Płaszcz przetrwalnika to bez wątpienia jeden z najdoskonalszych produktów ewolucji tych mikroorganizmów. Chociaż potrafimy dokładnie określić, z czego jest zbudowany, bez znajomości funkcji kluczowych jego elementów nie jesteśmy w stanie opracować sposobu, w jaki go uszkodzić. Niewykluczone, że praca bioinformatyków z SGGW przyczyni się do przełomu w unieszkodliwianiu tych niezwykle groźnych bakterii i grzybów.

„Płaszcze przetrwalnika składają się głównie z białek. Badaliśmy je i wiemy, z czego są zbudowane, które elementy są niezbędne do prawidłowego działania. Podczas tych badań zauważyłem, że pewna grupa białek, o których prawie nic nie było wiadomo, prawdopodobnie jest kinazami, czyli enzymami odgrywającymi istotną rolę w systemach sygnalizacyjnych komórek.

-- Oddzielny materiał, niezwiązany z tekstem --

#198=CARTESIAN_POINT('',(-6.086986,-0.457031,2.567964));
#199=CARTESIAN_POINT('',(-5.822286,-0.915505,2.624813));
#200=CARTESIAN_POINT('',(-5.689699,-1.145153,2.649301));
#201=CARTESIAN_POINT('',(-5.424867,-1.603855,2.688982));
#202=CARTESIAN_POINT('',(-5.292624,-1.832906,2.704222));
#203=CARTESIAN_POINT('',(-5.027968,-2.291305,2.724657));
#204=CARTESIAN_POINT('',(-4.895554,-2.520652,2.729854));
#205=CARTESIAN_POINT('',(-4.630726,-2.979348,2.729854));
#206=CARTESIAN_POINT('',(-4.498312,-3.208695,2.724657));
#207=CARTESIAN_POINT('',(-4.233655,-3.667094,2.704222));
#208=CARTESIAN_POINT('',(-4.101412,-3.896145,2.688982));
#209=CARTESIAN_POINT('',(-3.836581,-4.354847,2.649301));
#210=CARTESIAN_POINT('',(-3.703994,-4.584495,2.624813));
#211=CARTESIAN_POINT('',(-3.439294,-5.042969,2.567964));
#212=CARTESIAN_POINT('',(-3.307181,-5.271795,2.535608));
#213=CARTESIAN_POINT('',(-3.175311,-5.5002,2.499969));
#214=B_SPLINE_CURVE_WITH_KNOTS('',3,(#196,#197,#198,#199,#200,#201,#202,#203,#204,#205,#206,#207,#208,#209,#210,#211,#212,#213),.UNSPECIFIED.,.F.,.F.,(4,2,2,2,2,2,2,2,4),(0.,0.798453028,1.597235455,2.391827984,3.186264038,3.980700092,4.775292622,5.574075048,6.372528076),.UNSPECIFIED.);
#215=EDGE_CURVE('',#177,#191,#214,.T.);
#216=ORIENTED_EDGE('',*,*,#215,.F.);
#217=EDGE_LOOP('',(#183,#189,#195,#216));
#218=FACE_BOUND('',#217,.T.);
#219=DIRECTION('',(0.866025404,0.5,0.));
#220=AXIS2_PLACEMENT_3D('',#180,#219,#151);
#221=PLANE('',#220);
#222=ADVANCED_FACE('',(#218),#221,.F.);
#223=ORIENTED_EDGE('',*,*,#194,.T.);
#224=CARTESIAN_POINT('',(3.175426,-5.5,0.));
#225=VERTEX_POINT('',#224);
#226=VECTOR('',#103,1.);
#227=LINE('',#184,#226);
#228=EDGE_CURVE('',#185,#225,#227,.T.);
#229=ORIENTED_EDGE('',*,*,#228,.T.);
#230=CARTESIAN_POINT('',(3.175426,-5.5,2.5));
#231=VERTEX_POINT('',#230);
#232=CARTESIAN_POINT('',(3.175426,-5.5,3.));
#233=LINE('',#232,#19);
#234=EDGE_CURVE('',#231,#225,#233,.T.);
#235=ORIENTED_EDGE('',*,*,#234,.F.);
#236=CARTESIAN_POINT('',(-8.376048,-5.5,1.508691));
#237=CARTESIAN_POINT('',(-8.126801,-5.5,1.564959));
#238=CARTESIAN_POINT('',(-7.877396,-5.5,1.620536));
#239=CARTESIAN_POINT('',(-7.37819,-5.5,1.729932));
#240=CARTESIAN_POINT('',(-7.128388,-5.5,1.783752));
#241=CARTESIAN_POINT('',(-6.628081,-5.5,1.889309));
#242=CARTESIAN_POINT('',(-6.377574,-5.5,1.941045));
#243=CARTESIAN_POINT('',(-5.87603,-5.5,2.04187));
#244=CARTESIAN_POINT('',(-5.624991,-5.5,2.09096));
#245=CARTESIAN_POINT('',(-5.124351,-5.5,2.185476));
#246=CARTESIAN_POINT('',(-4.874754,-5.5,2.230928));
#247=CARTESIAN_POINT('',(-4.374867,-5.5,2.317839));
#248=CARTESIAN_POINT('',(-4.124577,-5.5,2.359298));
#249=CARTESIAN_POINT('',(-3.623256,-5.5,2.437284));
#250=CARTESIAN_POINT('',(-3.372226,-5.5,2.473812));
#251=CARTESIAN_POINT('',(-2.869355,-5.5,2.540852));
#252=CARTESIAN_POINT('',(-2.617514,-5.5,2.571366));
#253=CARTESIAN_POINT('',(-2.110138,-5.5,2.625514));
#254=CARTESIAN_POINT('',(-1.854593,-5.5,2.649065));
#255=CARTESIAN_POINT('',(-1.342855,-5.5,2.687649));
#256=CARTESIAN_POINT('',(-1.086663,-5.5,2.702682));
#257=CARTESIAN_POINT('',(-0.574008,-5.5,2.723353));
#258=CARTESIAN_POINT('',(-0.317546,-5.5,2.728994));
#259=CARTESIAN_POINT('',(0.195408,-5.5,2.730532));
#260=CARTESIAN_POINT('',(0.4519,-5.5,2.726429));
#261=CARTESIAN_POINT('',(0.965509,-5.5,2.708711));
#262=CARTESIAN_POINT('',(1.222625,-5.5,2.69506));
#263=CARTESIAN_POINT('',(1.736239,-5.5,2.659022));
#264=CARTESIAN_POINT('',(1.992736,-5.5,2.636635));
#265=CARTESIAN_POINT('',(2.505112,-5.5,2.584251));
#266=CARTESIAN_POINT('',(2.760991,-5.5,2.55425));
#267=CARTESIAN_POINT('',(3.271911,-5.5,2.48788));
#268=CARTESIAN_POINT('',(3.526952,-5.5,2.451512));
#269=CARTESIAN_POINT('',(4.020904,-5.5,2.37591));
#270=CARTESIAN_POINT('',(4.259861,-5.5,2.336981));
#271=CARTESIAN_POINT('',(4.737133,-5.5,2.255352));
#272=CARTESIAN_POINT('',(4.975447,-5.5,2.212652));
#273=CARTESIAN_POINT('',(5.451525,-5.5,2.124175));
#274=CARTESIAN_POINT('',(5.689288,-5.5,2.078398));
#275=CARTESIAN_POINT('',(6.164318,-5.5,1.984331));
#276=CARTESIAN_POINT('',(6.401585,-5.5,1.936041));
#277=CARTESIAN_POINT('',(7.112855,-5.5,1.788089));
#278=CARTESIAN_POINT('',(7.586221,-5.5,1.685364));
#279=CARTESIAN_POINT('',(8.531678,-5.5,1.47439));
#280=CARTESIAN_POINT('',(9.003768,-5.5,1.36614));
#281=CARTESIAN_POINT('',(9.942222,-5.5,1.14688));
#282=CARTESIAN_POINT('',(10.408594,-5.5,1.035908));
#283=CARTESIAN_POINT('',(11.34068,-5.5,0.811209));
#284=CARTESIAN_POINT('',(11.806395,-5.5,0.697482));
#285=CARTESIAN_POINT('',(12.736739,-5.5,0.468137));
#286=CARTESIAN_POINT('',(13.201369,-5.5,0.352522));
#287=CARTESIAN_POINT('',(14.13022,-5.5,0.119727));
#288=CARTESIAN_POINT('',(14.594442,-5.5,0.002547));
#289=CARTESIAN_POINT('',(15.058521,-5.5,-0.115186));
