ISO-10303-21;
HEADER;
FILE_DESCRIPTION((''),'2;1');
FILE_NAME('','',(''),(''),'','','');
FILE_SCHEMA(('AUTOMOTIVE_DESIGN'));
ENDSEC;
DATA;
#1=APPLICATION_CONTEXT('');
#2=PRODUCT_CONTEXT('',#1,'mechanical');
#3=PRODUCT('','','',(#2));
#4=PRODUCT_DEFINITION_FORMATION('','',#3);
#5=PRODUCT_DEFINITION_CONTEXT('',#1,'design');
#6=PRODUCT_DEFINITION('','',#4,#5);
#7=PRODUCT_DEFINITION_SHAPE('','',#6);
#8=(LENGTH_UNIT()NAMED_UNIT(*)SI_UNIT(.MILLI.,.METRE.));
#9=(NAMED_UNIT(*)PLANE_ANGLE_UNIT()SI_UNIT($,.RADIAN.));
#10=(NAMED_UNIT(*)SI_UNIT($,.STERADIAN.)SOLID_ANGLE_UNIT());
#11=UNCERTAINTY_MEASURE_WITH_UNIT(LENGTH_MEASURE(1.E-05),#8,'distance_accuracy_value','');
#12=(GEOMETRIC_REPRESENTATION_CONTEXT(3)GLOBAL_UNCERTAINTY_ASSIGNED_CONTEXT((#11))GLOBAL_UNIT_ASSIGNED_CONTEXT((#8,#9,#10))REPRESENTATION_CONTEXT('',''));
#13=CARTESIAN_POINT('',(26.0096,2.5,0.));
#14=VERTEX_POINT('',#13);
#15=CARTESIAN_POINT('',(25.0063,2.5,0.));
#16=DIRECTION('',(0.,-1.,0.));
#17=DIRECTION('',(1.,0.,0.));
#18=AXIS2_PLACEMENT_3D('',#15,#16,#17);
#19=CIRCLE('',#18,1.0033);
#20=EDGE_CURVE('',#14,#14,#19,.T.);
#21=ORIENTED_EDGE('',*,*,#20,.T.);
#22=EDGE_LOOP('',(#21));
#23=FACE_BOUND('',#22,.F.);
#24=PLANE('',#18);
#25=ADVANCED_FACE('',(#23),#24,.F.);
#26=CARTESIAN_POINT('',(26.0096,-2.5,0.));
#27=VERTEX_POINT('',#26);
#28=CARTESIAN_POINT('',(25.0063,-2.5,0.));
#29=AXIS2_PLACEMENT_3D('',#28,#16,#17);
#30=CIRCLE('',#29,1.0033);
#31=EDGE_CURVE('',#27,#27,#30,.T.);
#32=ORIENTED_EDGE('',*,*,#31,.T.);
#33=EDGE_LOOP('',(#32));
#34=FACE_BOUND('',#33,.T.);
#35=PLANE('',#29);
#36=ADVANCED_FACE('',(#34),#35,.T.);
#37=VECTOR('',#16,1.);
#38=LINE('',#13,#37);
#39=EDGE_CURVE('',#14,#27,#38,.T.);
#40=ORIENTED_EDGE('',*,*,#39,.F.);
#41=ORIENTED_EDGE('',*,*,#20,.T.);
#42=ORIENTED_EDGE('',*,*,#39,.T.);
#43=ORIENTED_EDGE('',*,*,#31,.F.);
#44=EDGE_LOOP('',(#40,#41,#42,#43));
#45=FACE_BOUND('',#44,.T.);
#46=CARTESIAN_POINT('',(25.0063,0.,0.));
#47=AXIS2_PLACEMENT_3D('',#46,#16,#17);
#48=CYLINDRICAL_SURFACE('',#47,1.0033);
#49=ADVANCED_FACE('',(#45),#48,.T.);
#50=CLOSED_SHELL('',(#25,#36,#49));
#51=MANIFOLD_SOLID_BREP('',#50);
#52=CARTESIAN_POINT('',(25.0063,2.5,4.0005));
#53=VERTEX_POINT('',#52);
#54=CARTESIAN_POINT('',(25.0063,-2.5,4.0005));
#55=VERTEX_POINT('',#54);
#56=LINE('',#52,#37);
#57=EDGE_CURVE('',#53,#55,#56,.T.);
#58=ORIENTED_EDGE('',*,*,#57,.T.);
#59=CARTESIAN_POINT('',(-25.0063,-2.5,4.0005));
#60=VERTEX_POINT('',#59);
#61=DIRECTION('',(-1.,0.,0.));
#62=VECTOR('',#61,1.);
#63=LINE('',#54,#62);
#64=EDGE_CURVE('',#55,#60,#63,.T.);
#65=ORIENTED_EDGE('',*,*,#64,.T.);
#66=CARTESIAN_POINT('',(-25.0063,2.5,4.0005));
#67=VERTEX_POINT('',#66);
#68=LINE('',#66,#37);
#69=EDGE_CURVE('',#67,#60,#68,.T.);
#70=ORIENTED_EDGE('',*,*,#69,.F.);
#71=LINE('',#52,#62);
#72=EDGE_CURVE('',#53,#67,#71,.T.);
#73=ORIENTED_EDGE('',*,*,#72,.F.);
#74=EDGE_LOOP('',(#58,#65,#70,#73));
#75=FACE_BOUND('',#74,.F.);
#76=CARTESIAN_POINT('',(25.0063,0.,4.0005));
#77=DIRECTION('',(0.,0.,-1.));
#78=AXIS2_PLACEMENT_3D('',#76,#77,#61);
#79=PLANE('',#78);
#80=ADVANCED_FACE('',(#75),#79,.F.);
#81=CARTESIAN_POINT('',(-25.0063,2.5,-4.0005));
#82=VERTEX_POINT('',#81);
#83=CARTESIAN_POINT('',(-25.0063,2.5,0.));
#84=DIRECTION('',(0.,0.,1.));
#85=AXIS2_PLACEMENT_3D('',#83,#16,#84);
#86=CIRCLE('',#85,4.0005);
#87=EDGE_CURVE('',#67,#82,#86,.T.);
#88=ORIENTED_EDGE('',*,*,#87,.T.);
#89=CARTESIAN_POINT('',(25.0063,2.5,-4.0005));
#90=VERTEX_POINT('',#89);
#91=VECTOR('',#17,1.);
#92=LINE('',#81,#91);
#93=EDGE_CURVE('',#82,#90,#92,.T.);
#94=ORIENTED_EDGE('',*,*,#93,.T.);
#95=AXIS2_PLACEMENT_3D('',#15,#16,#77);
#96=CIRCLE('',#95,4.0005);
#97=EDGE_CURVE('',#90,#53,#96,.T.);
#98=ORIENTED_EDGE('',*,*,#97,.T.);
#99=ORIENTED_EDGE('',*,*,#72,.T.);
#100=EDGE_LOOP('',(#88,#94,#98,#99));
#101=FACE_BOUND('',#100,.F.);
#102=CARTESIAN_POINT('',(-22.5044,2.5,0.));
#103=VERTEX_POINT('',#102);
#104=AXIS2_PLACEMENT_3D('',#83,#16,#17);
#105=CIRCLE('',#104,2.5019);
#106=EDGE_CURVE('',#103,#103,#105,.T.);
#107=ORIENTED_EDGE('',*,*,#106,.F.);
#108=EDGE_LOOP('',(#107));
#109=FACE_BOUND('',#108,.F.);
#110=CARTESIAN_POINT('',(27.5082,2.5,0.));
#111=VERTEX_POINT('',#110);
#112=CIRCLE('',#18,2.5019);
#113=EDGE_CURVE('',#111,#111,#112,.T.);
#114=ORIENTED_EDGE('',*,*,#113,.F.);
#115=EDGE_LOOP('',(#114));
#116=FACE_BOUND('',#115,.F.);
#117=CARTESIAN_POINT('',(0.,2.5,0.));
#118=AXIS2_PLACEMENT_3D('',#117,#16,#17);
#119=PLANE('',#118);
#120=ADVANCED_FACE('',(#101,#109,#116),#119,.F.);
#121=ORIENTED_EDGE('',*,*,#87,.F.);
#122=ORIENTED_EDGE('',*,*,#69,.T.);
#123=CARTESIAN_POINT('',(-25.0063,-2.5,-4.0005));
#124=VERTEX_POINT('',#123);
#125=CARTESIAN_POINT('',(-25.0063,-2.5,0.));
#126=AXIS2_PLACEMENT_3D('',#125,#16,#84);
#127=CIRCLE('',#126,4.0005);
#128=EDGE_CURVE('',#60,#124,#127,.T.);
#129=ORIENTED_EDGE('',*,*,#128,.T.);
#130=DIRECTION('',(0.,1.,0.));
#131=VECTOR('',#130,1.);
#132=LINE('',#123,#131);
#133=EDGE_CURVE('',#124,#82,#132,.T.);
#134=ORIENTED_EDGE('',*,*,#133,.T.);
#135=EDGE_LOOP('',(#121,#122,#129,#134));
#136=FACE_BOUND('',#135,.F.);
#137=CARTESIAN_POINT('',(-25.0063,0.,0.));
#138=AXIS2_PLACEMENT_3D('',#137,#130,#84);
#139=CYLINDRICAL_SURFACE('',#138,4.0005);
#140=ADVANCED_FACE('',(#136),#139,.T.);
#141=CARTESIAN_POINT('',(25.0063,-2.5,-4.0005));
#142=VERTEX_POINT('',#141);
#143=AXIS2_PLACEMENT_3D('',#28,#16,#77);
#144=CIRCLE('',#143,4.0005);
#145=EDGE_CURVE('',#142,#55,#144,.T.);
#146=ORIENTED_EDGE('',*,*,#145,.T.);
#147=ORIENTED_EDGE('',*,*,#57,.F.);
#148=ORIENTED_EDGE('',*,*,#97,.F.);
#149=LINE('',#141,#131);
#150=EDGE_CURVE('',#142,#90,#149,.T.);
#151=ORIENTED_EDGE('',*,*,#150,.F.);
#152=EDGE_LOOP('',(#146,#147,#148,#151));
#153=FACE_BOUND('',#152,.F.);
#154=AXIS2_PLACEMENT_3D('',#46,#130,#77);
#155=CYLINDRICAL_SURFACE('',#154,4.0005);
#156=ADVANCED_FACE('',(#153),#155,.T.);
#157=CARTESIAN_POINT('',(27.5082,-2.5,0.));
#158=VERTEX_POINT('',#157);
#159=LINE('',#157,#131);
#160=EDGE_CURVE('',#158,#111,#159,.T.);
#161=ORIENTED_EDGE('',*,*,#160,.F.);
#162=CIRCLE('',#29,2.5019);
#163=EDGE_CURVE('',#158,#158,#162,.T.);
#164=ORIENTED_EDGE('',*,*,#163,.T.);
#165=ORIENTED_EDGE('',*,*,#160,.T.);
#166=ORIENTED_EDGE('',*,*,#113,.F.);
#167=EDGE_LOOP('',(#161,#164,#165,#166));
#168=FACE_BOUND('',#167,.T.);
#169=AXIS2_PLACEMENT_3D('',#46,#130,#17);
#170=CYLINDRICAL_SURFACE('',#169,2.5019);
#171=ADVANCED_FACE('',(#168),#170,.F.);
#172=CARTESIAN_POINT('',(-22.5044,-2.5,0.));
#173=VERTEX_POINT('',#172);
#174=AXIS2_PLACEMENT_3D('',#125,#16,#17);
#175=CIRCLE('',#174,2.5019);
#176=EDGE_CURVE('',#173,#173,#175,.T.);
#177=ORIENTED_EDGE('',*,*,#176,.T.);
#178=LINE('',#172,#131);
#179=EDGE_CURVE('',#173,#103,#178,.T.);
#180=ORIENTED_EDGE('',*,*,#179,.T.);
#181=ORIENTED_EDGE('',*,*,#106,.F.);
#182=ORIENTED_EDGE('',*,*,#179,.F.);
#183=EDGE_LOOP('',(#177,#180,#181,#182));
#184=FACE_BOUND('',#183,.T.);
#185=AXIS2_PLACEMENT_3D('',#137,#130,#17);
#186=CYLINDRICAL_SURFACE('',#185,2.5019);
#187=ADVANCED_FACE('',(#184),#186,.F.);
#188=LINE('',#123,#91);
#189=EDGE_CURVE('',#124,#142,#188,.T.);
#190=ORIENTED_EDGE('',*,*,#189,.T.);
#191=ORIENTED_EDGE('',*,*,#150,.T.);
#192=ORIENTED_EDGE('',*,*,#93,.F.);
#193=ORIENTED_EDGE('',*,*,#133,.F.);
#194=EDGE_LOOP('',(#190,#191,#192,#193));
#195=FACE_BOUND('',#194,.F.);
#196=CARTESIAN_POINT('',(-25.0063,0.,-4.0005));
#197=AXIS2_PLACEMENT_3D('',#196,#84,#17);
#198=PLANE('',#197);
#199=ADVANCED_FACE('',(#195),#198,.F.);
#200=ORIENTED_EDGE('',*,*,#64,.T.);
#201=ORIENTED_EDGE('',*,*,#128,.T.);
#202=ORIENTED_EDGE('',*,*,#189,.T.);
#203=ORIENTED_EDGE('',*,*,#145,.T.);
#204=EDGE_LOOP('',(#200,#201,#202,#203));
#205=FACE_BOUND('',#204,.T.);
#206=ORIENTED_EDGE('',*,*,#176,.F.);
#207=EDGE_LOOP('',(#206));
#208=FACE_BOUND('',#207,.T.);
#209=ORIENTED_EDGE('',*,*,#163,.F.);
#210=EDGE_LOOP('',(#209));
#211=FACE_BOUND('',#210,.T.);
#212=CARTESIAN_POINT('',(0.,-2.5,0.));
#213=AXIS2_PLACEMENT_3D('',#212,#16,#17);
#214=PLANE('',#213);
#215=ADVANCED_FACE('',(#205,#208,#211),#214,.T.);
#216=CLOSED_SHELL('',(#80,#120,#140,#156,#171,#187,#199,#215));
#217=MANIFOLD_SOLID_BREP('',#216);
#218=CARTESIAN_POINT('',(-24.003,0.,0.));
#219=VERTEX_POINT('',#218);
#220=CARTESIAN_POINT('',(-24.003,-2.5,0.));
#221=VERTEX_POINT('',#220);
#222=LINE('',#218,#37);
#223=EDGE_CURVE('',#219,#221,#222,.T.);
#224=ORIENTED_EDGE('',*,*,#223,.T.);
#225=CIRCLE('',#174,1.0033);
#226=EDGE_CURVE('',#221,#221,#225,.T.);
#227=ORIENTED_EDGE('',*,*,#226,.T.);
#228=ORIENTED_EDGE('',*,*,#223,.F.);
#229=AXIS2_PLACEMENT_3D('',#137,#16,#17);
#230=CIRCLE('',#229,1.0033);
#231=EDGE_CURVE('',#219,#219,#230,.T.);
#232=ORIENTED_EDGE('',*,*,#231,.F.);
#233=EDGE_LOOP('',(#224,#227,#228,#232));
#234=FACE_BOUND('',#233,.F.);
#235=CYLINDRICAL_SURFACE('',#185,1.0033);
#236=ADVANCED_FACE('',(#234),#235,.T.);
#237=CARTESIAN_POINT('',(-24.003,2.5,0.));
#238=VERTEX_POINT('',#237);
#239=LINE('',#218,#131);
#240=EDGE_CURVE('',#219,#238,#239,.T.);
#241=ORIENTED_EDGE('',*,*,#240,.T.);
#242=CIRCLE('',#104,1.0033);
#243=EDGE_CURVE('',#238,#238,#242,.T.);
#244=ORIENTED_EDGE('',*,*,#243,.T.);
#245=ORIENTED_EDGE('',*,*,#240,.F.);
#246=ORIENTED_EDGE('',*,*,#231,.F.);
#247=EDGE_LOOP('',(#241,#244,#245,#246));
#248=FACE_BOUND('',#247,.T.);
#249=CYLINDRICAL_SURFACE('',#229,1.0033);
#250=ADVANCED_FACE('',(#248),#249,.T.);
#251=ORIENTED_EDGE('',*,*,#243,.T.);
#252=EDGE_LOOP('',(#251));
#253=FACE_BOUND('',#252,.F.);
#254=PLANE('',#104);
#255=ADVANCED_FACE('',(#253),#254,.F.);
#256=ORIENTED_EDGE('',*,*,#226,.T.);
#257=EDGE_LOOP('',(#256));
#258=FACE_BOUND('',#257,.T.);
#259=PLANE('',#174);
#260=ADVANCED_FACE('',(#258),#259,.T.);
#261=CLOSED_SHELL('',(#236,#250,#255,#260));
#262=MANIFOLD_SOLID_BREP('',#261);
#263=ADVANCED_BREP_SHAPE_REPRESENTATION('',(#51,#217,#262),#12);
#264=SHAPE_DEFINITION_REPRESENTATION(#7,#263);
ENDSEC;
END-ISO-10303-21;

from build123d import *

# Parameters (mm, degrees)
F0_R     = 2.5019
F0_R_2   = 1.0033
F1_DEPTH = 2.5


with BuildPart() as f1:
    # F0 (on Front) → F1 (new body, symmetric)
    with BuildSketch(Plane.XZ):
        with BuildLine():
            ThreePointArc((25.0063, -4.0005), (29.0068, 0), (25.0063, 4.0005))
            Line((25.0063, 4.0005), (-25.0063, 4.0005))
            ThreePointArc((-25.0063, 4.0005), (-29.0068, 0), (-25.0063, -4.0005))
            Line((-25.0063, -4.0005), (25.0063, -4.0005))
        make_face()
        with Locations((-25.0063, 0)):
            Circle(F0_R, mode=Mode.SUBTRACT)
        with Locations((25.0063, 0)):
            Circle(F0_R, mode=Mode.SUBTRACT)
        with Locations((-25.0063, 0)):
            Circle(F0_R_2)
        with Locations((25.0063, 0)):
            Circle(F0_R_2)
    extrude(amount=F1_DEPTH, both=True)


solid = f1.part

Postawiliśmy hipotezę, że kinazy te są w płaszczu przetrwalnika odpowiedzialne za włączanie oraz wyłączanie różnych procesów – na przykład rozpoczęcie „budzenia się” spory – mówi prof. K. Pawłowski.

Badania prowadzone w SGGW choć mają charakter teoretyczny, stanowią istotny punkt wyjścia do prac w laboratorium. Dzięki algorytmom bioinformatycznym udało się odkryć funkcję białka CotH, która byłaby niemożliwa do uchwycenia w inny sposób – nie wskazywały na nią ani kolejność reszt aminokwasowych, ani inne cechy tego białka. Ten trop został podjęty przez badaczy zajmujących się innymi dziedzinami biologii i medycyny. Naukowcy z zespołu dr Vincenta Tagliabracci (Dallas) podczas badań laboratoryjnych udowodnili, że rzeczywiście białko CotH jest istotnym elementem budowy płaszcza przetrwalnika u bakterii z rodzaju Bacillus a jego dezaktywacja powoduje znaczne pogorszenie procesu „budzenia się” przetrwalników tych bakterii.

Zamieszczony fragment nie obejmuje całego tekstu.